Eventually, he found the right court to make the claim. The conservative U.S. 4th Circuit Court of Appeals in Richmond, Va., took up a Virginia bank robbery case in which a judge ruled that FBI agents had failed to warn an alleged accomplice of his rights before questioning him.
The appeals court invited Cassell to argue that the Miranda decision was no longer the law. In short order, the appeals court announced that voluntary confessions were to be used against suspects, regardless of the Miranda warnings. The 1968 law overturned Warren’s opinion, the court said.

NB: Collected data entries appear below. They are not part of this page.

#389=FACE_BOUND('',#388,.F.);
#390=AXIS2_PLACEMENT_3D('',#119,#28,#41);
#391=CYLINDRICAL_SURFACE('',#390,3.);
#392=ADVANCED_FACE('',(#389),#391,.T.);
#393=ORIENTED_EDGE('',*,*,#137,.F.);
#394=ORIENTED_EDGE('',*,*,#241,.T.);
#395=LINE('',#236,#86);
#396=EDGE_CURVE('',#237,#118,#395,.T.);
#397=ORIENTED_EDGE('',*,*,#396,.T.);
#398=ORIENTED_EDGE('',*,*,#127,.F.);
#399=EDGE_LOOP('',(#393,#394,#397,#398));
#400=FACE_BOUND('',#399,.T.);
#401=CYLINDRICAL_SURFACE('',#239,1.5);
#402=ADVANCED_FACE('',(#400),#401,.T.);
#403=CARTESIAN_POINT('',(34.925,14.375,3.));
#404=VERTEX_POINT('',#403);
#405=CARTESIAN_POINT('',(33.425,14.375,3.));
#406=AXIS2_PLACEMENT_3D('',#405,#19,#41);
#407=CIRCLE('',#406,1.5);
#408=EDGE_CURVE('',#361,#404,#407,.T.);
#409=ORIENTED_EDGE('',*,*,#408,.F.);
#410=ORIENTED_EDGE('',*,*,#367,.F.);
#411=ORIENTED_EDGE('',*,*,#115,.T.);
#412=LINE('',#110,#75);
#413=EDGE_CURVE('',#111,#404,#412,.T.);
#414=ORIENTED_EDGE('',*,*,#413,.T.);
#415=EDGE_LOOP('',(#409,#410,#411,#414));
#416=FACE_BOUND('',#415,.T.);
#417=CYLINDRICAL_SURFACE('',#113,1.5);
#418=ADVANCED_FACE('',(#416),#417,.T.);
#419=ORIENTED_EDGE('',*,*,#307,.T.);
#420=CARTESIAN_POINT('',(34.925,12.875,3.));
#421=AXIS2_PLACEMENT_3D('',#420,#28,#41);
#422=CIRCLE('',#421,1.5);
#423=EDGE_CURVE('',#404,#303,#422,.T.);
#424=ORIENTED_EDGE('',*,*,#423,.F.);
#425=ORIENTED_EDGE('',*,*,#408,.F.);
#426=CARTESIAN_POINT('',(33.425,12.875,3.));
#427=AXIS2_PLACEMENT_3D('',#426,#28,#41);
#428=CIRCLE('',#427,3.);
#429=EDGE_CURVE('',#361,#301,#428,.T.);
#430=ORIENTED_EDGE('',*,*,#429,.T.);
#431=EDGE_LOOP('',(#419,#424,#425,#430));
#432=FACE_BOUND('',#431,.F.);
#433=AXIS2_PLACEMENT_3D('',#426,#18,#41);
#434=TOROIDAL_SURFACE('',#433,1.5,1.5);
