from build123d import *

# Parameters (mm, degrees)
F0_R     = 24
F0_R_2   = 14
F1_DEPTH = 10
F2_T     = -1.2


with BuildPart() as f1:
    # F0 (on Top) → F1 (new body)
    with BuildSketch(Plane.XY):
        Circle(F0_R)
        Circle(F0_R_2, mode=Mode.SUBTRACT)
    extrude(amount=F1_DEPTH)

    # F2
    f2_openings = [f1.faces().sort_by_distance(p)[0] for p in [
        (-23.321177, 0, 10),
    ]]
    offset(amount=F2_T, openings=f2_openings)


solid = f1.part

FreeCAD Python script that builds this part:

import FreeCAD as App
import Part
import Sketcher
from FreeCAD import Vector


def faces_at(feature, points):
    """Names of the faces that lie closest to the given points."""
    faces = feature.Shape.Faces
    near = lambda p: min(range(len(faces)), key=lambda i: faces[i].distToShape(Part.Vertex(*p))[0])
    return sorted({f"Face{near(p) + 1}" for p in points})

doc = App.newDocument("Part")
body = doc.addObject("PartDesign::Body", "Body")

# Sketch on XY plane
sketch1 = body.newObject("Sketcher::SketchObject", "Sketch")
sketch1.AttachmentSupport = (doc.getObject("XY_Plane"), [""])
sketch1.MapMode = "FlatFace"
sketch1.addGeometry(Part.Circle(Vector(0, 0, 0), Vector(0, 0, 1), 24), False)
sketch1.addGeometry(Part.Circle(Vector(0, 0, 0), Vector(0, 0, 1), 14), False)
sketch1.addConstraint(Sketcher.Constraint("Coincident", 0, 3, -1, 1))
sketch1.addConstraint(Sketcher.Constraint("Coincident", 1, 3, -1, 1))
sketch1.addConstraint(Sketcher.Constraint("Diameter", 0, 48.0))
sketch1.addConstraint(Sketcher.Constraint("Diameter", 1, 28.0))
pad1 = body.newObject("PartDesign::Pad", "Pad")
pad1.Profile = sketch1
pad1.Length = 10
doc.recompute()

thickness = body.newObject("PartDesign::Thickness", "Thickness")
thickness.Base = (pad1, faces_at(pad1, [(-19.2, 0, 10)]))
thickness.Value = 1.2
thickness.Reversed = True
thickness.Join = "Arc"

doc.recompute()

As a result, the Supreme Court was forced to decide the issue: Were Miranda warnings required as constitutional rules or were they just guidelines that did not govern whether confessions could be used?
Rehnquist left no doubt Monday.
“We conclude that Miranda announced a constitutional rule that Congress may not supersede legislatively,” he said in the decision (Dickerson vs. United States, 99-5525). The required warnings must be given before “custodial interrogation” begins, he said, and questioning must stop when a suspect invokes his right to silence.
He was joined by Justices John Paul Stevens, Sandra Day O’Connor, Anthony M. Kennedy, Ruth Bader Ginsburg, David H. Souter and Stephen G. Breyer.
Not surprisingly, reactions to the court’s decision differed sharply. Civil libertarians said they were heartened by the outcome, while law enforcement leaders were dismayed.
UC Berkeley law professor Charles D. Weisselberg said that Rehnquist’s opinion “erases all the doubts. It makes clear Miranda is the law of the land. . . . I hope it will tell officers that they must comply with Miranda.”
Some police experts complained that the ruling means some guilty suspects will go free because of a technicality. While the numbers are fiercely disputed, the Miranda decision in some instances bars prosecutors from telling the jury of a confession or incriminating comments.
“We are very disappointed,” said Robert T. Scully, executive director of the National Assn. of Police Organizations. “If any officer makes just one misstep--not giving a suspect a Miranda warning because he in good faith believes that the suspect is not yet in custody--the incriminating statement is thrown out and the suspect goes free.”
The warnings need be given only when police have control over a suspect.
Santa Monica City Atty. Marsha Moutrie said that Monday’s decision will force police to curtail their questioning.
“I think it means the interrogation practices will be modified. . . . The policies [on questioning suspects] will have to be reviewed,” she said.
In dissent, Justice Scalia accused his colleagues of “judicial arrogance.” Monday’s ruling is not just “a reaffirmation of Miranda, but a radical revision” that gives it a firm constitutional status, he said. Justice Clarence Thomas agreed.
Professor Cassell took the defeat with equanimity. “You win some, you lose some,” he said. “I guess I’m most disappointed that they didn’t even discuss the cost of Miranda, the fact that dangerous criminals can go free.”
But the court is not finished with the questions of how to apply the Miranda rules.
It announced Monday that it would take up a Texas case to decide whether a suspect who invokes his right to a lawyer in one case can later be questioned by police in an entirely different matter (Texas vs. Cobb, 99-1702).
Meanwhile, the court overturned an appeals court decision upholding an Alabama law that allowed students to lead prayers at assemblies, graduations and other school events. In a one-line order, the justices told the court to reexamine the issue in light of their ruling last week striking down student-led prayers in a Texas school district (Chandler vs. Siegelman, 99-935).